━━ Records shown ━━

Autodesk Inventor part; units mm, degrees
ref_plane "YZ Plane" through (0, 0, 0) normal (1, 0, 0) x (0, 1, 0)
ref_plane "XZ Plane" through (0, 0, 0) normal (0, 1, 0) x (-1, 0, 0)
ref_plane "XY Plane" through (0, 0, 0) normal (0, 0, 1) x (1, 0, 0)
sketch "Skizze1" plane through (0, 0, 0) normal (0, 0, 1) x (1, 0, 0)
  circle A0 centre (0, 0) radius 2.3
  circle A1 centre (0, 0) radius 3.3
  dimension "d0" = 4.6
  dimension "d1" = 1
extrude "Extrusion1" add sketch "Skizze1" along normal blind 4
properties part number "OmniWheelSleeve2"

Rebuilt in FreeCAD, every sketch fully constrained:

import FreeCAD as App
import Part
import Sketcher

doc = App.newDocument("Part")
body = doc.addObject("PartDesign::Body", "Body")

# Sketch on XY plane
sketch1 = body.newObject("Sketcher::SketchObject", "Sketch")
sketch1.AttachmentSupport = (doc.getObject("XY_Plane"), [""])
sketch1.MapMode = "FlatFace"
sketch1.addGeometry([
    Part.Circle(App.Vector(0, 0, 0), App.Vector(0, 0, 1), 3.3),
    Part.Circle(App.Vector(0, 0, 0), App.Vector(0, 0, 1), 2.3),
], False)
sketch1.addConstraint([
    Sketcher.Constraint("Coincident", 0, 3, -1, 1),
    Sketcher.Constraint("Coincident", 1, 3, -1, 1),
    Sketcher.Constraint("Diameter", 1, 4.6),
    Sketcher.Constraint("Diameter", 0, 6.6),
])
pad1 = body.newObject("PartDesign::Pad", "Pad")
pad1.Profile = sketch1
pad1.Length = 4

doc.recompute()
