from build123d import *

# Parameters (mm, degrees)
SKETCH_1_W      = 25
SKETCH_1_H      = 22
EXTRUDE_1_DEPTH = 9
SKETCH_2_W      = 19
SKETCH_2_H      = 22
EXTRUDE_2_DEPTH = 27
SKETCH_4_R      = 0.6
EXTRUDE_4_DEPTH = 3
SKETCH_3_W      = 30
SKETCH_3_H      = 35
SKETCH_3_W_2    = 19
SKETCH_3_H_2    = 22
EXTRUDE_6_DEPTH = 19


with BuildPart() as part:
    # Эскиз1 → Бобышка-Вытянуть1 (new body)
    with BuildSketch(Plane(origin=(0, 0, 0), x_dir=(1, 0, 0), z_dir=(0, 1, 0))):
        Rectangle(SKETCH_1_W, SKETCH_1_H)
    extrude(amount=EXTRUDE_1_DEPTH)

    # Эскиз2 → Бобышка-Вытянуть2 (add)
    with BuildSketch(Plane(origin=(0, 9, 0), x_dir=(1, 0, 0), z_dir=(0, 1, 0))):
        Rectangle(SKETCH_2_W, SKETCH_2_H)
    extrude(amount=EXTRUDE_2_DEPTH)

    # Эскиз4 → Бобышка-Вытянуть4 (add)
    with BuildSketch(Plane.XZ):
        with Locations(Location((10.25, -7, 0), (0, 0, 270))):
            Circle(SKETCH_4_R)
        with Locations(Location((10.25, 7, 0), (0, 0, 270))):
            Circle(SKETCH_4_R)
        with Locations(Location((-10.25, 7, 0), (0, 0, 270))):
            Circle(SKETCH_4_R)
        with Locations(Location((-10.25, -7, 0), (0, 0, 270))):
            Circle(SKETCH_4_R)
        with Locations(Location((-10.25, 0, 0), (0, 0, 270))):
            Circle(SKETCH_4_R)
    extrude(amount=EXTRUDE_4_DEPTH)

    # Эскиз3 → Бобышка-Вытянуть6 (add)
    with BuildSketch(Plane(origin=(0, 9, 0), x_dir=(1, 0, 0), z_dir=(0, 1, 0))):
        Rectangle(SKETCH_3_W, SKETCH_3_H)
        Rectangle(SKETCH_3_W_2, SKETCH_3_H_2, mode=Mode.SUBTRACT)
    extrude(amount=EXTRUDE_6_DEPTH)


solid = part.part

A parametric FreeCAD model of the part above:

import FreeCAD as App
import Part
import Sketcher

V = App.Vector
Q = App.Units.Quantity


def add_polygon(sketch, points):
    """Adds a closed chain of lines whose ends are joined by coincident constraints."""
    first, n = sketch.GeometryCount, len(points)
    for a, b in zip(points, points[1:] + points[:1]):
        sketch.addGeometry(Part.LineSegment(App.Vector(*a, 0), App.Vector(*b, 0)), False)
    for i in range(n):
        sketch.addConstraint(Sketcher.Constraint("Coincident", first + i, 2, first + (i + 1) % n, 1))

doc = App.newDocument("Part")
body = doc.addObject("PartDesign::Body", "Body")

sketch1 = body.newObject("Sketcher::SketchObject", "Sketch")
sketch1.AttachmentSupport = (doc.getObject("XZ_Plane"), [""])
sketch1.MapMode = "FlatFace"
add_polygon(sketch1, [(-12, -11), (-12, 11), (12, 11), (12, -11)])
sketch1.addConstraint(Sketcher.Constraint("Vertical", 0))
sketch1.addConstraint(Sketcher.Constraint("Horizontal", 1))
sketch1.addConstraint(Sketcher.Constraint("Vertical", 2))
sketch1.addConstraint(Sketcher.Constraint("Horizontal", 3))
sketch1.addConstraint(Sketcher.Constraint("Symmetric", 0, 2, 2, 2, -1, 1))
sketch1.addConstraint(Sketcher.Constraint("DistanceX", 1, 1, 1, 2, Q("25 mm")))
sketch1.addConstraint(Sketcher.Constraint("DistanceY", 0, 1, 0, 2, Q("22 mm")))
pad1 = body.newObject("PartDesign::Pad", "Pad")
pad1.Profile = sketch1
pad1.Length = 9
pad1.Reversed = True

sketch2 = body.newObject("Sketcher::SketchObject", "Sketch001")
sketch2.AttachmentSupport = (doc.getObject("XZ_Plane"), [""])
sketch2.MapMode = "FlatFace"
sketch2.AttachmentOffset = App.Placement(V(0, 0, -9), App.Rotation())
add_polygon(sketch2, [(-10, -11), (-10, 11), (10, 11), (10, -11)])
sketch2.addConstraint(Sketcher.Constraint("Vertical", 0))
sketch2.addConstraint(Sketcher.Constraint("Horizontal", 1))
sketch2.addConstraint(Sketcher.Constraint("Vertical", 2))
sketch2.addConstraint(Sketcher.Constraint("Horizontal", 3))
sketch2.addConstraint(Sketcher.Constraint("Symmetric", 0, 2, 2, 2, -1, 1))
sketch2.addConstraint(Sketcher.Constraint("DistanceX", 1, 1, 1, 2, Q("19 mm")))
sketch2.addConstraint(Sketcher.Constraint("DistanceY", 0, 1, 0, 2, Q("22 mm")))
pad2 = body.newObject("PartDesign::Pad", "Pad001")
pad2.Profile = sketch2
pad2.Length = 27
pad2.Reversed = True

sketch3 = body.newObject("Sketcher::SketchObject", "Sketch002")
sketch3.AttachmentSupport = (doc.getObject("XZ_Plane"), [""])
sketch3.MapMode = "FlatFace"
sketch3.addGeometry(Part.Circle(V(10.2, -7, 0), V(0, 0, 1), 0.6), False)
sketch3.addGeometry(Part.Circle(V(10.2, 7, 0), V(0, 0, 1), 0.6), False)
sketch3.addGeometry(Part.Circle(V(-10.2, 7, 0), V(0, 0, 1), 0.6), False)
sketch3.addGeometry(Part.Circle(V(-10.2, -7, 0), V(0, 0, 1), 0.6), False)
sketch3.addGeometry(Part.Circle(V(-10.2, 0, 0), V(0, 0, 1), 0.6), False)
sketch3.addConstraint(Sketcher.Constraint("Equal", 0, 1))
sketch3.addConstraint(Sketcher.Constraint("Equal", 1, 2))
sketch3.addConstraint(Sketcher.Constraint("Equal", 2, 3))
sketch3.addConstraint(Sketcher.Constraint("Equal", 3, 4))
sketch3.addConstraint(Sketcher.Constraint("Symmetric", 0, 3, 2, 3, -1, 1))
sketch3.addConstraint(Sketcher.Constraint("Symmetric", 1, 3, 3, 3, -1, 1))
sketch3.addConstraint(Sketcher.Constraint("Symmetric", 1, 3, 2, 3, -2))
sketch3.addConstraint(Sketcher.Constraint("PointOnObject", 4, 3, -1))
sketch3.addConstraint(Sketcher.Constraint("Vertical", 3, 3, 4, 3))
sketch3.addConstraint(Sketcher.Constraint("Diameter", 0, Q("1.2 mm")))
sketch3.addConstraint(Sketcher.Constraint("DistanceY", 0, 3, -1, 1, Q("7 mm")))
sketch3.addConstraint(Sketcher.Constraint("DistanceX", 2, 3, 1, 3, Q("20.5 mm")))
pad3 = body.newObject("PartDesign::Pad", "Pad002")
pad3.Profile = sketch3
pad3.Length = 3

sketch4 = body.newObject("Sketcher::SketchObject", "Sketch003")
sketch4.AttachmentSupport = (doc.getObject("XZ_Plane"), [""])
sketch4.MapMode = "FlatFace"
sketch4.AttachmentOffset = App.Placement(V(0, 0, -9), App.Rotation())
add_polygon(sketch4, [(-15, -18), (-15, 18), (15, 18), (15, -18)])
add_polygon(sketch4, [(10, 11), (-10, 11), (-10, -11), (10, -11)])
sketch4.addConstraint(Sketcher.Constraint("Vertical", 0))
sketch4.addConstraint(Sketcher.Constraint("Horizontal", 1))
sketch4.addConstraint(Sketcher.Constraint("Vertical", 2))
sketch4.addConstraint(Sketcher.Constraint("Horizontal", 3))
sketch4.addConstraint(Sketcher.Constraint("Horizontal", 4))
sketch4.addConstraint(Sketcher.Constraint("Vertical", 5))
sketch4.addConstraint(Sketcher.Constraint("Horizontal", 6))
sketch4.addConstraint(Sketcher.Constraint("Vertical", 7))
sketch4.addConstraint(Sketcher.Constraint("Symmetric", 0, 2, 2, 2, -1, 1))
sketch4.addConstraint(Sketcher.Constraint("Symmetric", 4, 2, 6, 2, -1, 1))
sketch4.addConstraint(Sketcher.Constraint("DistanceX", 1, 1, 1, 2, Q("30 mm")))
sketch4.addConstraint(Sketcher.Constraint("DistanceX", 4, 2, 4, 1, Q("19 mm")))
sketch4.addConstraint(Sketcher.Constraint("DistanceY", 0, 1, 0, 2, Q("35 mm")))
sketch4.addConstraint(Sketcher.Constraint("DistanceY", 5, 2, 5, 1, Q("22 mm")))
pad4 = body.newObject("PartDesign::Pad", "Pad003")
pad4.Profile = sketch4
pad4.Length = 19
pad4.Reversed = True

doc.recompute()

━━━

» Exercise goal
Please retype the listing word for word, from its first line through the line containing "Rebuilt in FreeCAD, every", and add nothing else.

» Output of the task
Autodesk Inventor part; units mm, degrees
ref_plane "YZ Plane" through (0, 0, 0) normal (1, 0, 0) x (0, 1, 0)
ref_plane "XZ Plane" through (0, 0, 0) normal (0, 1, 0) x (-1, 0, 0)
ref_plane "XY Plane" through (0, 0, 0) normal (0, 0, 1) x (1, 0, 0)
sketch "Skizze1" plane through (0, 0, 0) normal (0, 0, 1) x (1, 0, 0)
  circle A0 centre (0, 0) radius 2.3
  circle A1 centre (0, 0) radius 3.3
  dimension "d0" = 4.6
  dimension "d1" = 1
extrude "Extrusion1" add sketch "Skizze1" along normal blind 4
properties part number "OmniWheelSleeve2"

Rebuilt in FreeCAD, every sketch fully constrained:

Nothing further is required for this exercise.